• [Prompt]: Return only the lines of the listing below that run from the line with "v9 (-26.5,15,0)" through the line with "v29 (27.5,14,15)", both ends included, exactly as written.

::::::::

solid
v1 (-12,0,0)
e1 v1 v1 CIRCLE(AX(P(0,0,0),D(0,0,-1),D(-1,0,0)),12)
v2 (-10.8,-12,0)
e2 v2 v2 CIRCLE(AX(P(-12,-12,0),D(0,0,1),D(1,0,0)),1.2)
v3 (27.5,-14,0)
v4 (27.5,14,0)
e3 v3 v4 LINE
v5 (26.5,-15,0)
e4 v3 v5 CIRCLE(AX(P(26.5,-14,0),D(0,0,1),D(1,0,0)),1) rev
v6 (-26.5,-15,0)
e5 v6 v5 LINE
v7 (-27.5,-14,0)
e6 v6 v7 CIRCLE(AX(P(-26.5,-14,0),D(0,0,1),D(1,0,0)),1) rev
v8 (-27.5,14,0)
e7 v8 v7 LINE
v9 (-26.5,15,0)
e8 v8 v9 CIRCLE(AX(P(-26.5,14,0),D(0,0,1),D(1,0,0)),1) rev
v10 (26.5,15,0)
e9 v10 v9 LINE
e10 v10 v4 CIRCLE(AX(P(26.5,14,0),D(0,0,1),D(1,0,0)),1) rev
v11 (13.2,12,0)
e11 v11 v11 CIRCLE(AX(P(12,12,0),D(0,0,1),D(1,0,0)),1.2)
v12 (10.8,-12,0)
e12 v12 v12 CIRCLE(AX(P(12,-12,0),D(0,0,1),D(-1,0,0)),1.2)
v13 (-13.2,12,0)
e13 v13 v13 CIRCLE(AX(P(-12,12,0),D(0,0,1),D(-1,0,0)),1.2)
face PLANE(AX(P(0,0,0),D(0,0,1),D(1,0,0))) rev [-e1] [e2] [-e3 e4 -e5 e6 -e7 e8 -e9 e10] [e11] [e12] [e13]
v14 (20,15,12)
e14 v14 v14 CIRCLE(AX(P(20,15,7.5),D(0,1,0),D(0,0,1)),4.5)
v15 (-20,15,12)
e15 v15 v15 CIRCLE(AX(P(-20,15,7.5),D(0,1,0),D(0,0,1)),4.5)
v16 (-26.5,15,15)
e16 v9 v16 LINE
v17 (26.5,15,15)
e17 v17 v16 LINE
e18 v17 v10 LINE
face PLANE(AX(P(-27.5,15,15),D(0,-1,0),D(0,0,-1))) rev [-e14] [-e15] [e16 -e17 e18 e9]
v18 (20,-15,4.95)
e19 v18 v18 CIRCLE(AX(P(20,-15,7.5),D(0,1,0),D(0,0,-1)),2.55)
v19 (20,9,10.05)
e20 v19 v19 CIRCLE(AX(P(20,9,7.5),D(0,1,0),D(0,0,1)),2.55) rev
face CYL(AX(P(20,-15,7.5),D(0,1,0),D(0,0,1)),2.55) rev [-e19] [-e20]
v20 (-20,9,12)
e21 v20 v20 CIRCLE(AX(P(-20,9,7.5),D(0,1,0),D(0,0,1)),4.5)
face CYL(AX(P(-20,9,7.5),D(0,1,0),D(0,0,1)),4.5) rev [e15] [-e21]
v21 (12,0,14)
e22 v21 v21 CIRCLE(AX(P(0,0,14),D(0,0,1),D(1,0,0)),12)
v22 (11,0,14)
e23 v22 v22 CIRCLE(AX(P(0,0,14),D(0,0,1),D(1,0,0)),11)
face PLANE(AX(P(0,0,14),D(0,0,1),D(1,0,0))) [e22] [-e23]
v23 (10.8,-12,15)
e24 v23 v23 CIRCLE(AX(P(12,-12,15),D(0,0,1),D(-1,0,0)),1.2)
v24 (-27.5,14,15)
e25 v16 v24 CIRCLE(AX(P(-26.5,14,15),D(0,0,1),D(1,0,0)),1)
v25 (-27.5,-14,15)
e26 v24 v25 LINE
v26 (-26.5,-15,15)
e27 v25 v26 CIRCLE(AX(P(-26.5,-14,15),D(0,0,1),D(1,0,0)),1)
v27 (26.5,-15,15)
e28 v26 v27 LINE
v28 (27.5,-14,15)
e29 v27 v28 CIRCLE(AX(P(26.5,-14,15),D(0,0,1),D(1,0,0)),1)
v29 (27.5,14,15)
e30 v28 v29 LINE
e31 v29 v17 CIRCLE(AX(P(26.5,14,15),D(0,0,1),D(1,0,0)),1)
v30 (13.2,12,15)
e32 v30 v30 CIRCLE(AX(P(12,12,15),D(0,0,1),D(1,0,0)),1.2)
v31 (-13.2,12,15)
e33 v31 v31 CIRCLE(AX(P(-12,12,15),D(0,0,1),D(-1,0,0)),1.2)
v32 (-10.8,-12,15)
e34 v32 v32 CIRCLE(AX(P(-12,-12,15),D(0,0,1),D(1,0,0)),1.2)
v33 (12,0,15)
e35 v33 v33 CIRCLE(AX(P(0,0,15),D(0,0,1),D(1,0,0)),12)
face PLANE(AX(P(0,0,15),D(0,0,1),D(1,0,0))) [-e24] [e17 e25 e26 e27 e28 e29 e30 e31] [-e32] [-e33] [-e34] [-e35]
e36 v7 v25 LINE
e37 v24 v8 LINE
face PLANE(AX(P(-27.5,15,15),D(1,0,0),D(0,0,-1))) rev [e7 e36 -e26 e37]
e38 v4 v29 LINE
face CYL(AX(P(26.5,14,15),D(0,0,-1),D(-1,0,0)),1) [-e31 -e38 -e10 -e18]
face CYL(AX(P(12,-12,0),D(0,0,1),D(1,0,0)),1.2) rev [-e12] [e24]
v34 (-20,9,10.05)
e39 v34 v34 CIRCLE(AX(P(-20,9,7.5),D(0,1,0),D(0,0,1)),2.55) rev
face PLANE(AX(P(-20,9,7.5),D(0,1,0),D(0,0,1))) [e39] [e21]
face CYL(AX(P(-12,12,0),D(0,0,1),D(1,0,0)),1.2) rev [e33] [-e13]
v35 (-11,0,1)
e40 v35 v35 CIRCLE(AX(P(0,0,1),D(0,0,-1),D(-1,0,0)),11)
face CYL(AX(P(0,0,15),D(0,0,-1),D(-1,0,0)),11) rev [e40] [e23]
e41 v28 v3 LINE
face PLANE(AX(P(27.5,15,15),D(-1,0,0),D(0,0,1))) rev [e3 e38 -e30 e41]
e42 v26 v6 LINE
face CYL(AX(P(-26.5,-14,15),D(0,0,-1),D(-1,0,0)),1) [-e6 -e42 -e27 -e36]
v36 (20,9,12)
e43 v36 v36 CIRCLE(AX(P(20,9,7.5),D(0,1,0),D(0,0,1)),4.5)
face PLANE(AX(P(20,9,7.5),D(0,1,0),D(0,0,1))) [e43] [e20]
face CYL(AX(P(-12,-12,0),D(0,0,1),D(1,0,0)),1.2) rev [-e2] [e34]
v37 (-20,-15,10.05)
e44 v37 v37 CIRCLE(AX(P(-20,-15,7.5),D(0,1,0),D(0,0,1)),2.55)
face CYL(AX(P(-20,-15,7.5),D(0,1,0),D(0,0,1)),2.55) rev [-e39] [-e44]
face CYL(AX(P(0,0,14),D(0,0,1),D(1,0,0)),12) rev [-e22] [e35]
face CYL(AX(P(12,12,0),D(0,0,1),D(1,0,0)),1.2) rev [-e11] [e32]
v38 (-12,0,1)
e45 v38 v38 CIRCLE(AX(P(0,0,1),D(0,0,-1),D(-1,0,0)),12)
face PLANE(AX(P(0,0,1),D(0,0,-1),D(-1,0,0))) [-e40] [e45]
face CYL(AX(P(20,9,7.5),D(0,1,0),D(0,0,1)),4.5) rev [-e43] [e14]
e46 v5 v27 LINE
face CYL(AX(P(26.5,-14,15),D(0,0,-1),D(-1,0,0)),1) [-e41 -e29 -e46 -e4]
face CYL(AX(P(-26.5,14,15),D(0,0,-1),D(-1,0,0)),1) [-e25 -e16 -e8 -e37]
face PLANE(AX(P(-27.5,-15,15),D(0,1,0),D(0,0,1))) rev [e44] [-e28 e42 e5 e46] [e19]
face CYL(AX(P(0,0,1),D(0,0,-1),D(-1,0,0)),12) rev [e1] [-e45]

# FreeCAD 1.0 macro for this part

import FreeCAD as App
import Part
import Sketcher
from FreeCAD import Vector


def edges_at(feature, points):
    """Names of the edges that pass closest to the given points."""
    edges = feature.Shape.Edges
    near = lambda p: min(range(len(edges)), key=lambda i: edges[i].distToShape(Part.Vertex(*p))[0])
    return sorted({f"Edge{near(p) + 1}" for p in points})


def add_polygon(sketch, points):
    """Adds a closed chain of lines whose ends are joined by coincident constraints."""
    first, n = sketch.GeometryCount, len(points)
    for a, b in zip(points, points[1:] + points[:1]):
        sketch.addGeometry(Part.LineSegment(App.Vector(*a, 0), App.Vector(*b, 0)), False)
    for i in range(n):
        sketch.addConstraint(Sketcher.Constraint("Coincident", first + i, 2, first + (i + 1) % n, 1))

doc = App.newDocument("Part")
body = doc.addObject("PartDesign::Body", "Body")

# Sketch on XY plane
sketch1 = body.newObject("Sketcher::SketchObject", "Sketch")
sketch1.AttachmentSupport = (doc.getObject("XY_Plane"), [""])
sketch1.MapMode = "FlatFace"
add_polygon(sketch1, [(-28, 15), (-28, -15), (28, -15), (28, 15)])  # lines 0-3
sketch1.addGeometry(Part.Circle(Vector(0, 0, 0), Vector(0, 0, 1), 11), False)  # 4
sketch1.addConstraint(Sketcher.Constraint("Vertical", 0))
sketch1.addConstraint(Sketcher.Constraint("Horizontal", 1))
sketch1.addConstraint(Sketcher.Constraint("Vertical", 2))
sketch1.addConstraint(Sketcher.Constraint("Horizontal", 3))
sketch1.addConstraint(Sketcher.Constraint("Coincident", 4, 3, -1, 1))
sketch1.addConstraint(Sketcher.Constraint("Symmetric", 0, 2, 2, 2, -1, 1))
sketch1.addConstraint(Sketcher.Constraint("Diameter", 4, 22.0))
sketch1.addConstraint(Sketcher.Constraint("DistanceX", 1, 1, 1, 2, 55.0))
sketch1.addConstraint(Sketcher.Constraint("DistanceY", 0, 2, 0, 1, 30.0))
pad1 = body.newObject("PartDesign::Pad", "Pad")
pad1.Profile = sketch1
pad1.Length = 15

# Sketch on XZ plane
sketch2 = body.newObject("Sketcher::SketchObject", "Sketch001")
sketch2.AttachmentSupport = (doc.getObject("XZ_Plane"), [""])
sketch2.MapMode = "FlatFace"
sketch2.AttachmentOffset = App.Placement(Vector(0, 0, -15), App.Rotation())
sketch2.addGeometry(Part.Circle(Vector(-20, 7.5, 0), Vector(0, 0, 1), 2.5), False)
sketch2.addGeometry(Part.Circle(Vector(20, 7.5, 0), Vector(0, 0, 1), 2.5), False)
sketch2.addConstraint(Sketcher.Constraint("Equal", 0, 1))
sketch2.addConstraint(Sketcher.Constraint("Symmetric", 0, 3, 1, 3, -2))
sketch2.addConstraint(Sketcher.Constraint("Diameter", 0, 5.1))
sketch2.addConstraint(Sketcher.Constraint("DistanceX", 0, 3, -1, 1, 20.0))
sketch2.addConstraint(Sketcher.Constraint("DistanceY", -1, 1, 0, 3, 7.5))
pocket1 = body.newObject("PartDesign::Pocket", "Pocket")
pocket1.Profile = sketch2
pocket1.Type = "ThroughAll"
pocket1.Reversed = True

# Sketch on XY plane
sketch3 = body.newObject("Sketcher::SketchObject", "Sketch002")
sketch3.AttachmentSupport = (doc.getObject("XY_Plane"), [""])
sketch3.MapMode = "FlatFace"
sketch3.addGeometry(Part.Circle(Vector(0, 0, 0), Vector(0, 0, 1), 12), False)
sketch3.addConstraint(Sketcher.Constraint("Coincident", 0, 3, -1, 1))
sketch3.addConstraint(Sketcher.Constraint("Diameter", 0, 24.0))
pocket2 = body.newObject("PartDesign::Pocket", "Pocket001")
pocket2.Profile = sketch3
pocket2.Length = 1
pocket2.Reversed = True

# Sketch on XY plane
sketch4 = body.newObject("Sketcher::SketchObject", "Sketch003")
sketch4.AttachmentSupport = (doc.getObject("XY_Plane"), [""])
sketch4.MapMode = "FlatFace"
sketch4.AttachmentOffset = App.Placement(Vector(0, 0, 14), App.Rotation())
sketch4.addGeometry(Part.Circle(Vector(0, 0, 0), Vector(0, 0, 1), 12), False)
sketch4.addConstraint(Sketcher.Constraint("Coincident", 0, 3, -1, 1))
sketch4.addConstraint(Sketcher.Constraint("Diameter", 0, 24.0))
pocket3 = body.newObject("PartDesign::Pocket", "Pocket002")
pocket3.Profile = sketch4
pocket3.Length = 1
pocket3.Reversed = True

# Sketch on XY plane
sketch5 = body.newObject("Sketcher::SketchObject", "Sketch004")
sketch5.AttachmentSupport = (doc.getObject("XY_Plane"), [""])
sketch5.MapMode = "FlatFace"
sketch5.AttachmentOffset = App.Placement(Vector(0, 0, 15), App.Rotation())
sketch5.addGeometry(Part.Circle(Vector(12, 12, 0), Vector(0, 0, 1), 1.2), False)
sketch5.addGeometry(Part.Circle(Vector(-12, 12, 0), Vector(0, 0, 1), 1.2), False)
sketch5.addGeometry(Part.Circle(Vector(-12, -12, 0), Vector(0, 0, 1), 1.2), False)
sketch5.addGeometry(Part.Circle(Vector(12, -12, 0), Vector(0, 0, 1), 1.2), False)
sketch5.addConstraint(Sketcher.Constraint("Equal", 0, 1))
sketch5.addConstraint(Sketcher.Constraint("Equal", 1, 2))
sketch5.addConstraint(Sketcher.Constraint("Equal", 2, 3))
sketch5.addConstraint(Sketcher.Constraint("Symmetric", 0, 3, 2, 3, -1, 1))
sketch5.addConstraint(Sketcher.Constraint("Symmetric", 1, 3, 3, 3, -1, 1))
sketch5.addConstraint(Sketcher.Constraint("Symmetric", 0, 3, 1, 3, -2))
sketch5.addConstraint(Sketcher.Constraint("Diameter", 0, 2.4))
sketch5.addConstraint(Sketcher.Constraint("DistanceX", -1, 1, 0, 3, 12.0))
sketch5.addConstraint(Sketcher.Constraint("DistanceY", -1, 1, 0, 3, 12.0))
pocket4 = body.newObject("PartDesign::Pocket", "Pocket003")
pocket4.Profile = sketch5
pocket4.Type = "ThroughAll"
doc.recompute()

fillet = body.newObject("PartDesign::Fillet", "Fillet")
fillet.Base = (pocket4, edges_at(pocket4, [
    (-27.5, 15, 7.5),
    (27.5, 15, 7.5),
    (27.5, -15, 7.5),
    (-27.5, -15, 7.5),
]))
fillet.Radius = 1

# Sketch on XZ plane
sketch6 = body.newObject("Sketcher::SketchObject", "Sketch005")
sketch6.AttachmentSupport = (doc.getObject("XZ_Plane"), [""])
sketch6.MapMode = "FlatFace"
sketch6.AttachmentOffset = App.Placement(Vector(0, 0, -15), App.Rotation())
sketch6.addGeometry(Part.Circle(Vector(-20, 7.5, 0), Vector(0, 0, 1), 4.5), False)
sketch6.addGeometry(Part.Circle(Vector(20, 7.5, 0), Vector(0, 0, 1), 4.5), False)
sketch6.addConstraint(Sketcher.Constraint("Equal", 0, 1))
sketch6.addConstraint(Sketcher.Constraint("Symmetric", 0, 3, 1, 3, -2))
sketch6.addConstraint(Sketcher.Constraint("Diameter", 0, 9.0))
sketch6.addConstraint(Sketcher.Constraint("DistanceX", 0, 3, -1, 1, 20.0))
sketch6.addConstraint(Sketcher.Constraint("DistanceY", -1, 1, 0, 3, 7.5))
pocket5 = body.newObject("PartDesign::Pocket", "Pocket004")
pocket5.Profile = sketch6
pocket5.Length = 6
pocket5.Reversed = True

doc.recompute()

::::::::

• [Output of the task]:
v9 (-26.5,15,0)
e8 v8 v9 CIRCLE(AX(P(-26.5,14,0),D(0,0,1),D(1,0,0)),1) rev
v10 (26.5,15,0)
e9 v10 v9 LINE
e10 v10 v4 CIRCLE(AX(P(26.5,14,0),D(0,0,1),D(1,0,0)),1) rev
v11 (13.2,12,0)
e11 v11 v11 CIRCLE(AX(P(12,12,0),D(0,0,1),D(1,0,0)),1.2)
v12 (10.8,-12,0)
e12 v12 v12 CIRCLE(AX(P(12,-12,0),D(0,0,1),D(-1,0,0)),1.2)
v13 (-13.2,12,0)
e13 v13 v13 CIRCLE(AX(P(-12,12,0),D(0,0,1),D(-1,0,0)),1.2)
face PLANE(AX(P(0,0,0),D(0,0,1),D(1,0,0))) rev [-e1] [e2] [-e3 e4 -e5 e6 -e7 e8 -e9 e10] [e11] [e12] [e13]
v14 (20,15,12)
e14 v14 v14 CIRCLE(AX(P(20,15,7.5),D(0,1,0),D(0,0,1)),4.5)
v15 (-20,15,12)
e15 v15 v15 CIRCLE(AX(P(-20,15,7.5),D(0,1,0),D(0,0,1)),4.5)
v16 (-26.5,15,15)
e16 v9 v16 LINE
v17 (26.5,15,15)
e17 v17 v16 LINE
e18 v17 v10 LINE
face PLANE(AX(P(-27.5,15,15),D(0,-1,0),D(0,0,-1))) rev [-e14] [-e15] [e16 -e17 e18 e9]
v18 (20,-15,4.95)
e19 v18 v18 CIRCLE(AX(P(20,-15,7.5),D(0,1,0),D(0,0,-1)),2.55)
v19 (20,9,10.05)
e20 v19 v19 CIRCLE(AX(P(20,9,7.5),D(0,1,0),D(0,0,1)),2.55) rev
face CYL(AX(P(20,-15,7.5),D(0,1,0),D(0,0,1)),2.55) rev [-e19] [-e20]
v20 (-20,9,12)
e21 v20 v20 CIRCLE(AX(P(-20,9,7.5),D(0,1,0),D(0,0,1)),4.5)
face CYL(AX(P(-20,9,7.5),D(0,1,0),D(0,0,1)),4.5) rev [e15] [-e21]
v21 (12,0,14)
e22 v21 v21 CIRCLE(AX(P(0,0,14),D(0,0,1),D(1,0,0)),12)
v22 (11,0,14)
e23 v22 v22 CIRCLE(AX(P(0,0,14),D(0,0,1),D(1,0,0)),11)
face PLANE(AX(P(0,0,14),D(0,0,1),D(1,0,0))) [e22] [-e23]
v23 (10.8,-12,15)
e24 v23 v23 CIRCLE(AX(P(12,-12,15),D(0,0,1),D(-1,0,0)),1.2)
v24 (-27.5,14,15)
e25 v16 v24 CIRCLE(AX(P(-26.5,14,15),D(0,0,1),D(1,0,0)),1)
v25 (-27.5,-14,15)
e26 v24 v25 LINE
v26 (-26.5,-15,15)
e27 v25 v26 CIRCLE(AX(P(-26.5,-14,15),D(0,0,1),D(1,0,0)),1)
v27 (26.5,-15,15)
e28 v26 v27 LINE
v28 (27.5,-14,15)
e29 v27 v28 CIRCLE(AX(P(26.5,-14,15),D(0,0,1),D(1,0,0)),1)
v29 (27.5,14,15)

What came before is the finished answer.